10. Conditions to void the options. All of GRANTEE’s options will become void and all exercised options and any proceed from those exercised options shall be given back to the Company for the following CAUSES: 1) (i) any act of fraud taken by the GRANTEE in connection with his/her responsibilities and intended to result in substantial personal enrichment to the GRANTEE; (ii) conviction of a felony not involving a motor vehicle; (iii) GRANTEE’s willful act which constitutes gross misconduct and which is materially injurious to the Company; (iv) violation of your

 


 

employment agreement with the Company; or (v) your incurable material breach of any element of the Company’s Employee Patent and Confidential Information Agreement, including without limitation, your theft or other misappropriation of the Company’s proprietary information; provided that such breach is not done in a good faith belief of the best interests of the Company; 2) During the term of the GRANTEE’s employment with the Company and for 24 months thereafter, the GRANTEE accepts or procures any ownership interest in, employment with, or provide any consulting services to or otherwise assist, any person, corporation, partnership or other entity which is engaged in real estate and home furnishing media (including both online and offline) business and other businesses in competition with the Company; 3) The GRANTEE solicits, induces, encourages or otherwise causes any other officer or employee of the Company to terminate such officer’s or employee’s employment with the Company.
11. Trust Arrangement.
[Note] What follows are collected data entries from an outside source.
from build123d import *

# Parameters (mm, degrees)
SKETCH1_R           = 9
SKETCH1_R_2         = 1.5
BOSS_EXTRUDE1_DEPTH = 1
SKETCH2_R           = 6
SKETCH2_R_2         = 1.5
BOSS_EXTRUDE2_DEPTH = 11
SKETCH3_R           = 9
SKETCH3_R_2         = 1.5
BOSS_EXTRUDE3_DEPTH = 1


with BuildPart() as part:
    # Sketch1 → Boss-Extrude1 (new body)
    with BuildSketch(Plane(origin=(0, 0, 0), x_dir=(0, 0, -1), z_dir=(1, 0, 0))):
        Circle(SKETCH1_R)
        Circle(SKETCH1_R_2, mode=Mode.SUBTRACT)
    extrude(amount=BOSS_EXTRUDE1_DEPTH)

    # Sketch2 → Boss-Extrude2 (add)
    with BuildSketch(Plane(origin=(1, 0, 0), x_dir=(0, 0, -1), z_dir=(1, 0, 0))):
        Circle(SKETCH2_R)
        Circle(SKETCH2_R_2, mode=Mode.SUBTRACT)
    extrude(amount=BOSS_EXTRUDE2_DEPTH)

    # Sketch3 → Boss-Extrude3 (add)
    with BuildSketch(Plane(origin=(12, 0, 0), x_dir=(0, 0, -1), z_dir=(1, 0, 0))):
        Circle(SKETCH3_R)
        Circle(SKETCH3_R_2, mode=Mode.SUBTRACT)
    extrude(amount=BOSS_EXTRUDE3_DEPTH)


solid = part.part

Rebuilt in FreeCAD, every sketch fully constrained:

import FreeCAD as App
import Part
import Sketcher
Q = App.Units.Quantity

doc = App.newDocument("Part")
body = doc.addObject("PartDesign::Body", "Body")

sketch1 = body.newObject("Sketcher::SketchObject", "Sketch")
sketch1.AttachmentSupport = (doc.getObject("YZ_Plane"), [""])
sketch1.MapMode = "FlatFace"
sketch1.addGeometry(Part.Circle(App.Vector(0, 0, 0), App.Vector(0, 0, 1), 9), False)
sketch1.addGeometry(Part.Circle(App.Vector(0, 0, 0), App.Vector(0, 0, 1), 1.5), False)
sketch1.addConstraint(Sketcher.Constraint("Coincident", 0, 3, -1, 1))
sketch1.addConstraint(Sketcher.Constraint("Coincident", 1, 3, -1, 1))
sketch1.addConstraint(Sketcher.Constraint("Diameter", 0, Q("18 mm")))
sketch1.addConstraint(Sketcher.Constraint("Diameter", 1, Q("3 mm")))
pad1 = body.newObject("PartDesign::Pad", "Pad")
pad1.Profile = sketch1
pad1.Length = 1

sketch2 = body.newObject("Sketcher::SketchObject", "Sketch001")
sketch2.AttachmentSupport = (doc.getObject("YZ_Plane"), [""])
sketch2.MapMode = "FlatFace"
sketch2.AttachmentOffset = App.Placement(App.Vector(0, 0, 1), App.Rotation())
sketch2.addGeometry(Part.Circle(App.Vector(0, 0, 0), App.Vector(0, 0, 1), 6), False)
sketch2.addGeometry(Part.Circle(App.Vector(0, 0, 0), App.Vector(0, 0, 1), 1.5), False)
sketch2.addConstraint(Sketcher.Constraint("Coincident", 0, 3, -1, 1))
sketch2.addConstraint(Sketcher.Constraint("Coincident", 1, 3, -1, 1))
sketch2.addConstraint(Sketcher.Constraint("Diameter", 0, Q("12 mm")))
sketch2.addConstraint(Sketcher.Constraint("Diameter", 1, Q("3 mm")))
pad2 = body.newObject("PartDesign::Pad", "Pad001")
pad2.Profile = sketch2
pad2.Length = 11

sketch3 = body.newObject("Sketcher::SketchObject", "Sketch002")
sketch3.AttachmentSupport = (doc.getObject("YZ_Plane"), [""])
sketch3.MapMode = "FlatFace"
sketch3.AttachmentOffset = App.Placement(App.Vector(0, 0, 12), App.Rotation())
sketch3.addGeometry(Part.Circle(App.Vector(0, 0, 0), App.Vector(0, 0, 1), 9), False)
sketch3.addGeometry(Part.Circle(App.Vector(0, 0, 0), App.Vector(0, 0, 1), 1.5), False)
sketch3.addConstraint(Sketcher.Constraint("Coincident", 0, 3, -1, 1))
sketch3.addConstraint(Sketcher.Constraint("Coincident", 1, 3, -1, 1))
sketch3.addConstraint(Sketcher.Constraint("Diameter", 0, Q("18 mm")))
sketch3.addConstraint(Sketcher.Constraint("Diameter", 1, Q("3 mm")))
pad3 = body.newObject("PartDesign::Pad", "Pad002")
pad3.Profile = sketch3
pad3.Length = 1

doc.recompute()
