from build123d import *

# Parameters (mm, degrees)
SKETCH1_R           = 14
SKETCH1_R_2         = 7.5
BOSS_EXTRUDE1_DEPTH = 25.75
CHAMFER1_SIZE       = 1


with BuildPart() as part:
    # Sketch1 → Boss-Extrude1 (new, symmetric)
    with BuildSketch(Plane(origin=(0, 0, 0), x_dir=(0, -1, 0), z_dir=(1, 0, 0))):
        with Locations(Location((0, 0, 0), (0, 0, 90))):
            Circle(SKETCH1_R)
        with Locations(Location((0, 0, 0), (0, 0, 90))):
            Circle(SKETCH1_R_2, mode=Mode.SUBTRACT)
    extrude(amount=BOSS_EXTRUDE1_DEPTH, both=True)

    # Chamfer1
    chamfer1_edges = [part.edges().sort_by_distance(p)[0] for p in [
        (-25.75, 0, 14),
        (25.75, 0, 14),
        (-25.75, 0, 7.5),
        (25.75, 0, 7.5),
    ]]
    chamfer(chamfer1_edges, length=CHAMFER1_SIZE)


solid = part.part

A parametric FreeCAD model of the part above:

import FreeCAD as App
import Part
import Sketcher
from FreeCAD import Vector
Q = App.Units.Quantity


def edges_at(feature, points):
    """Names of the edges that pass closest to the given points."""
    edges = feature.Shape.Edges
    near = lambda p: min(range(len(edges)), key=lambda i: edges[i].distToShape(Part.Vertex(*p))[0])
    return sorted({f"Edge{near(p) + 1}" for p in points})

doc = App.newDocument("Part")
body = doc.addObject("PartDesign::Body", "Body")

# Sketch on YZ plane
sketch1 = body.newObject("Sketcher::SketchObject", "Sketch")
sketch1.AttachmentSupport = (doc.getObject("YZ_Plane"), [""])
sketch1.MapMode = "FlatFace"
sketch1.addGeometry([
    Part.Circle(Vector(0, 0, 0), Vector(0, 0, 1), 14),
    Part.Circle(Vector(0, 0, 0), Vector(0, 0, 1), 8),
], False)
sketch1.addConstraint([
    Sketcher.Constraint("Coincident", 0, 3, -1, 1),
    Sketcher.Constraint("Coincident", 1, 3, -1, 1),
    Sketcher.Constraint("Diameter", 0, Q("28 mm")),
    Sketcher.Constraint("Diameter", 1, Q("15 mm")),
])
pad1 = body.newObject("PartDesign::Pad", "Pad")
pad1.Profile = sketch1
pad1.Length = 51.5
pad1.Midplane = True
doc.recompute()

chamfer = body.newObject("PartDesign::Chamfer", "Chamfer")
chamfer.Base = (pad1, edges_at(pad1, [
    (-25.75, 0, 14),
    (25.75, 0, 14),
    (-25.75, 0, 7.5),
    (25.75, 0, 7.5),
]))
chamfer.Size = 1

doc.recompute()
The options granted to the GRANTEE and subsequently, the common shares resulted from option exercise will be put into a representative trust or Company which will act as direct shareholding entity to the Company, together with those of other Grantees.
12. Currency. The prevailing currency of this Stock Related Award Incentive Plan shall be US$. For the convenience of the Grantee, the prices may be quoted by HK$ or RMB based upon the exchange rate on award date.
13. Reservation. Before the IPO and the Company’s stocks become publicly tradable, the Company reserves the rights to change and revert any terms of this Stock Related Award Incentive Plan.
14. Valid term. The stock related award will be valid for ten years.